(Data shown Opens)

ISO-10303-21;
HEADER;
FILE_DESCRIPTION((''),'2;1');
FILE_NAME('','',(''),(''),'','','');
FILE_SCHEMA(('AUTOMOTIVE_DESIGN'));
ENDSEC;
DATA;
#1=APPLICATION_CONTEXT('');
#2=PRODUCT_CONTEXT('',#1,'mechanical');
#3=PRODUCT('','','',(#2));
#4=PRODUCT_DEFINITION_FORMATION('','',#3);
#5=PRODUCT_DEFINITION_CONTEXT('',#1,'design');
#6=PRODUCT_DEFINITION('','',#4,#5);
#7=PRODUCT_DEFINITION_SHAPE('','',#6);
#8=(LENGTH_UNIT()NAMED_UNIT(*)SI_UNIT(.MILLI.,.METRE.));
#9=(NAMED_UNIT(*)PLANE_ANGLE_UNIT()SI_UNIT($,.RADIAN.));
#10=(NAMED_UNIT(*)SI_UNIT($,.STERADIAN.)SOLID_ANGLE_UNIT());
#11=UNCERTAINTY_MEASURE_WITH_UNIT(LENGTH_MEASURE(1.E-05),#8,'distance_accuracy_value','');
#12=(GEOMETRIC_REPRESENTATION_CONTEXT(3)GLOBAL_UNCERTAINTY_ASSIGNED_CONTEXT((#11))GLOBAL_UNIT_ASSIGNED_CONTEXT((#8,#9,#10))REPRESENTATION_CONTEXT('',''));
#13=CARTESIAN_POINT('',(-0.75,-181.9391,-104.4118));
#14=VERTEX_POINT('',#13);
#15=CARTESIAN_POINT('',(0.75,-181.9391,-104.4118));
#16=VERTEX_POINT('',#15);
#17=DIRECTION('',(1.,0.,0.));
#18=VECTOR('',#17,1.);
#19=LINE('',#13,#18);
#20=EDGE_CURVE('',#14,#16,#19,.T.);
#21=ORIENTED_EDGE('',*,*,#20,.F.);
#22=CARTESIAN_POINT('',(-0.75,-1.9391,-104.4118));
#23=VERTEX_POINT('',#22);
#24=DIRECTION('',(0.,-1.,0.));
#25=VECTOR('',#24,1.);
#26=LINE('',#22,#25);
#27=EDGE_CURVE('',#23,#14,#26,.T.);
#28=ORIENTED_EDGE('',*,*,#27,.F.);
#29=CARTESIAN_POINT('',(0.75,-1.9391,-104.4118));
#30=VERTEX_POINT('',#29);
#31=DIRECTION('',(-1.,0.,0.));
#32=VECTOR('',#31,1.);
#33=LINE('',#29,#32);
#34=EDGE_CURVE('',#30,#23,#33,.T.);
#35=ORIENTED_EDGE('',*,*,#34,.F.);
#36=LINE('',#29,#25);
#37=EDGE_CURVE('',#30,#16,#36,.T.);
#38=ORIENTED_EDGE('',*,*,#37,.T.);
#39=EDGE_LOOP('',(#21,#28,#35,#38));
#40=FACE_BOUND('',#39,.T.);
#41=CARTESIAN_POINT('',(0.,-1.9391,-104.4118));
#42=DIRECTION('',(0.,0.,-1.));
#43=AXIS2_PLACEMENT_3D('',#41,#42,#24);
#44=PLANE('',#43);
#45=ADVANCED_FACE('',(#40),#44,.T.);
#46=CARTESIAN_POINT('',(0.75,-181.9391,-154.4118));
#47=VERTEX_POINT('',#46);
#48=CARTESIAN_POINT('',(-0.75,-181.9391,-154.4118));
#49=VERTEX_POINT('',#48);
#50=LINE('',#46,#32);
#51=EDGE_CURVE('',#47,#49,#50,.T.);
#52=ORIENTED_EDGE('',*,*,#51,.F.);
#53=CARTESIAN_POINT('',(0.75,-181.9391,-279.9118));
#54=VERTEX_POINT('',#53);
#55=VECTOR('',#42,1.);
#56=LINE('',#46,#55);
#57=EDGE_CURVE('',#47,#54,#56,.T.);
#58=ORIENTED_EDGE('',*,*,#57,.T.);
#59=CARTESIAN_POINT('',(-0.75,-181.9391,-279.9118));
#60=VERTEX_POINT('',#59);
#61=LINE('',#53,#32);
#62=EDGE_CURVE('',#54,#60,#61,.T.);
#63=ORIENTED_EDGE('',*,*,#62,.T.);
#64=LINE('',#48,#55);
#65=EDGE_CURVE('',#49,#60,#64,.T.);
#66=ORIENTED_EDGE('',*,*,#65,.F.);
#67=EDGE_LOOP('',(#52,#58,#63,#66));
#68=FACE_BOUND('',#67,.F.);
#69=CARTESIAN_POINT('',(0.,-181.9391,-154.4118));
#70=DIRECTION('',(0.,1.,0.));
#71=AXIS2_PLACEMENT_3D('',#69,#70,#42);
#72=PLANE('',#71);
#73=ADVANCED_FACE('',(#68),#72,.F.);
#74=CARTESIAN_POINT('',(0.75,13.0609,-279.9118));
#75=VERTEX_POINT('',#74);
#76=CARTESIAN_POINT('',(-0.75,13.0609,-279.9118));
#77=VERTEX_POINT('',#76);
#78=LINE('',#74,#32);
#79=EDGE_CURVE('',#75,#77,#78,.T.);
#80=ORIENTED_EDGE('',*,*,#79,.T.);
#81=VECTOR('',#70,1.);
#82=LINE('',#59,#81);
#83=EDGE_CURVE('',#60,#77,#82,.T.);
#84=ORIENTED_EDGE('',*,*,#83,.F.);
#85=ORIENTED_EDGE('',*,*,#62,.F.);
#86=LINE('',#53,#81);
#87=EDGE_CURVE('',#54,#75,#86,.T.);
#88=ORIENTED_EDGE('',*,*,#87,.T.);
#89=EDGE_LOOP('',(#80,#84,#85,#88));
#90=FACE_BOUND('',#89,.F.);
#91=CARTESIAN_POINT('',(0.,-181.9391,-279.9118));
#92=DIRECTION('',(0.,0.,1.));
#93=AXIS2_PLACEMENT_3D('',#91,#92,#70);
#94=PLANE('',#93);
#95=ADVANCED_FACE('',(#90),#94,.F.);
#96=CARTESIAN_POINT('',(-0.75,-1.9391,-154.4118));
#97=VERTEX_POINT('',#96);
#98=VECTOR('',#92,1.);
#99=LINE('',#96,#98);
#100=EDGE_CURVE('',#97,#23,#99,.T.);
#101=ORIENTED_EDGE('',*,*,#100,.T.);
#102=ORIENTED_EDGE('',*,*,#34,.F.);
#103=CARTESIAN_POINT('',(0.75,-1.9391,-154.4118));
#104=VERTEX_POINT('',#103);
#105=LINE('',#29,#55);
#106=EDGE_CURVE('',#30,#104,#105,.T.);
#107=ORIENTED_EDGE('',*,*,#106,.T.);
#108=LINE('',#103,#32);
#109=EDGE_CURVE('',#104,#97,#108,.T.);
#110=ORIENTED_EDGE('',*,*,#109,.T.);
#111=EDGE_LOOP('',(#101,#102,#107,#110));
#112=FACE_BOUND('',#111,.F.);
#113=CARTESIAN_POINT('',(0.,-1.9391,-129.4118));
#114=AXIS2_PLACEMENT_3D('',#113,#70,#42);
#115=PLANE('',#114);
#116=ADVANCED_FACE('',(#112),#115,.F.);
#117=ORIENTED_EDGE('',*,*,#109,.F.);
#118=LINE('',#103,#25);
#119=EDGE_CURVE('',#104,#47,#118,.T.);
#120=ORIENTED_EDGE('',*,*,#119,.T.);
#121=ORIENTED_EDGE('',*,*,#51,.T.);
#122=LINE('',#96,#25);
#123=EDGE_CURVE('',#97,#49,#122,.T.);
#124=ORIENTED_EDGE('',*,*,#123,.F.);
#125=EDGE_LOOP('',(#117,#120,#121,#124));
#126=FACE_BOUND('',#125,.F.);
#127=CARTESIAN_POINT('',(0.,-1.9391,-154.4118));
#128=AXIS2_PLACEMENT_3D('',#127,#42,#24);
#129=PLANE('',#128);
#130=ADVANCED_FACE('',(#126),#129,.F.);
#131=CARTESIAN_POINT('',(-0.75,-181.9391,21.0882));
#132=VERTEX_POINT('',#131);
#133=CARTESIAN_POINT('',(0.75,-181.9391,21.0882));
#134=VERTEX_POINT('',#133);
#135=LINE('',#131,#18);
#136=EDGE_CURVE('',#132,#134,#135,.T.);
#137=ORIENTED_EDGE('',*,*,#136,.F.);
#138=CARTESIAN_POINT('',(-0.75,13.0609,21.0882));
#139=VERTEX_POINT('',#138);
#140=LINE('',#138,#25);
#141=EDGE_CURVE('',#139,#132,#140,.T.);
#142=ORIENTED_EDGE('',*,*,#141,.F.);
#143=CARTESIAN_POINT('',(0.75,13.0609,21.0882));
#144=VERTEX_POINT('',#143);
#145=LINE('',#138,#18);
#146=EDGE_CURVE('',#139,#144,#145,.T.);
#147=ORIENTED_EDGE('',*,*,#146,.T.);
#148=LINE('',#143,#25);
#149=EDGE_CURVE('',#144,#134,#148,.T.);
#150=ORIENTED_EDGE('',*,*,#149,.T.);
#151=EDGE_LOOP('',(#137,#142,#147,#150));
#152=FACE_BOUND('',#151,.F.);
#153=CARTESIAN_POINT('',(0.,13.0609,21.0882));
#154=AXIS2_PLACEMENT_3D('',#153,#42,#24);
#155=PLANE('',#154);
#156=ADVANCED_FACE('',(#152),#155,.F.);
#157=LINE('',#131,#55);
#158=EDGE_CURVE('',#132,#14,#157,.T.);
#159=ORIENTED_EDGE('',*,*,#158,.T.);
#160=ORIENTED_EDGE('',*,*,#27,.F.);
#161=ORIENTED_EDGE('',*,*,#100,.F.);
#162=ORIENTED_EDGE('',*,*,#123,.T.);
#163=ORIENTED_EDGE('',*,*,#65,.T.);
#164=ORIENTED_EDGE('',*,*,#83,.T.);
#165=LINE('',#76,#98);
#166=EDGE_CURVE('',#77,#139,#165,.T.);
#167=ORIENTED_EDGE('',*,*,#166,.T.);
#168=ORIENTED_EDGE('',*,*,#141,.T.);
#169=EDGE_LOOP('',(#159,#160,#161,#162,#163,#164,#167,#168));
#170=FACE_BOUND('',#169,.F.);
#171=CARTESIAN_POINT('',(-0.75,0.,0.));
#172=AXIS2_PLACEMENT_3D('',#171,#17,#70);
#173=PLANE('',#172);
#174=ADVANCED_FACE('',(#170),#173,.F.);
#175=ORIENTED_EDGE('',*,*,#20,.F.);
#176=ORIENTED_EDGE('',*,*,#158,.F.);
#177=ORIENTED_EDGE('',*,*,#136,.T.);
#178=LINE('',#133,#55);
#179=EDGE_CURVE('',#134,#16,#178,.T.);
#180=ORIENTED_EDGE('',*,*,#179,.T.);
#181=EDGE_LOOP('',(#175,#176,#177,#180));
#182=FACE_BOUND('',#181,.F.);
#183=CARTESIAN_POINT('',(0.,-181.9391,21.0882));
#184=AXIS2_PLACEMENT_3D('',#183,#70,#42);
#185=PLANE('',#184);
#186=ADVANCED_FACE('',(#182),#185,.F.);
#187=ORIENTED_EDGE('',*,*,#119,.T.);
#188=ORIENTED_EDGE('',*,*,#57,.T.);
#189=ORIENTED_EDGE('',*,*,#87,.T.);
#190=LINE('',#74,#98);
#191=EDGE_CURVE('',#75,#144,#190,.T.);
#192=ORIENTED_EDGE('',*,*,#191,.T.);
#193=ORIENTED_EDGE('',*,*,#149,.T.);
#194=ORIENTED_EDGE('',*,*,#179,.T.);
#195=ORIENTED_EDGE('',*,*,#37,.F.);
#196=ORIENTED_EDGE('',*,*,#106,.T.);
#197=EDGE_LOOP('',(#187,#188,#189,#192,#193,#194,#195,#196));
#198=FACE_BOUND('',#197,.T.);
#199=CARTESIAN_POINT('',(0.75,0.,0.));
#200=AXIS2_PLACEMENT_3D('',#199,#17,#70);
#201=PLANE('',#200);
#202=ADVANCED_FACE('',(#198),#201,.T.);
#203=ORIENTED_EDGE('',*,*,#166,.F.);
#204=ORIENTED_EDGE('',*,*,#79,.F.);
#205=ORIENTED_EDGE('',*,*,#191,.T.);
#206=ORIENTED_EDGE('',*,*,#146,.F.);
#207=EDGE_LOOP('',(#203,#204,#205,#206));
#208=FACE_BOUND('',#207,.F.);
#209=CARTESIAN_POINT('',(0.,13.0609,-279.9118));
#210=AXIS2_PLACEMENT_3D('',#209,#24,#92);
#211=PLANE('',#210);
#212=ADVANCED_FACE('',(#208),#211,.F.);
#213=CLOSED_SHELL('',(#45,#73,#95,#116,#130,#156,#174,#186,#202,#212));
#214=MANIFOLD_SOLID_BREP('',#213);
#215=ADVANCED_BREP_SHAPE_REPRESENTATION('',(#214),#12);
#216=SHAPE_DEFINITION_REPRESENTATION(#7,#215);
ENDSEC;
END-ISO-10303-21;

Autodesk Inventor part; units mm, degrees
ref_plane "YZ Plane" through (0, 0, 0) normal (1, 0, 0) x (0, 1, 0)
ref_plane "XZ Plane" through (0, 0, 0) normal (0, 1, 0) x (-1, 0, 0)
ref_plane "XY Plane" through (0, 0, 0) normal (0, 0, 1) x (1, 0, 0)
sketch "Boceto1" plane through (0, 0, 0) normal (1, 0, 0) x (0, 1, 0)
  line L0 (13.0609, 21.0882) -> (-181.9391, 21.0882)
  line L1 (-181.9391, -279.9118) -> (13.0609, -279.9118)
  line L2 (13.0609, -279.9118) -> (13.0609, 21.0882)
  line L3 (-1.9391, -129.4118) -> (-1.9391, -154.4118)
  line L4 (-1.9391, -154.4118) -> (-181.9391, -154.4118)
  line L5 (-1.9391, -129.4118) -> (-1.9391, -104.4118)
  line L6 (-1.9391, -104.4118) -> (-181.9391, -104.4118)
  line L7 (-181.9391, 21.0882) -> (-181.9391, -104.4118)
  line L8 (-181.9391, -154.4118) -> (-181.9391, -279.9118)
  point P0 (0, 0)
  dimension "d0" = 195
  dimension "d1" = 301
  dimension "d3" = 25
  dimension "d4" = 25
extrude "Extrusión1" add sketch "Boceto1" along normal mid plane 1.5
properties part number "panel frontal"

(Data shown Closes)

In the records above, the line with "#126=FACE_BOUND('',#125,.F.);" marks the start and the line with "#135=LINE('',#131,#18);" marks the end; copy that stretch exactly, both lines included, and nothing else.

[Answer to this problem]:
#126=FACE_BOUND('',#125,.F.);
#127=CARTESIAN_POINT('',(0.,-1.9391,-154.4118));
#128=AXIS2_PLACEMENT_3D('',#127,#42,#24);
#129=PLANE('',#128);
#130=ADVANCED_FACE('',(#126),#129,.F.);
#131=CARTESIAN_POINT('',(-0.75,-181.9391,21.0882));
#132=VERTEX_POINT('',#131);
#133=CARTESIAN_POINT('',(0.75,-181.9391,21.0882));
#134=VERTEX_POINT('',#133);
#135=LINE('',#131,#18);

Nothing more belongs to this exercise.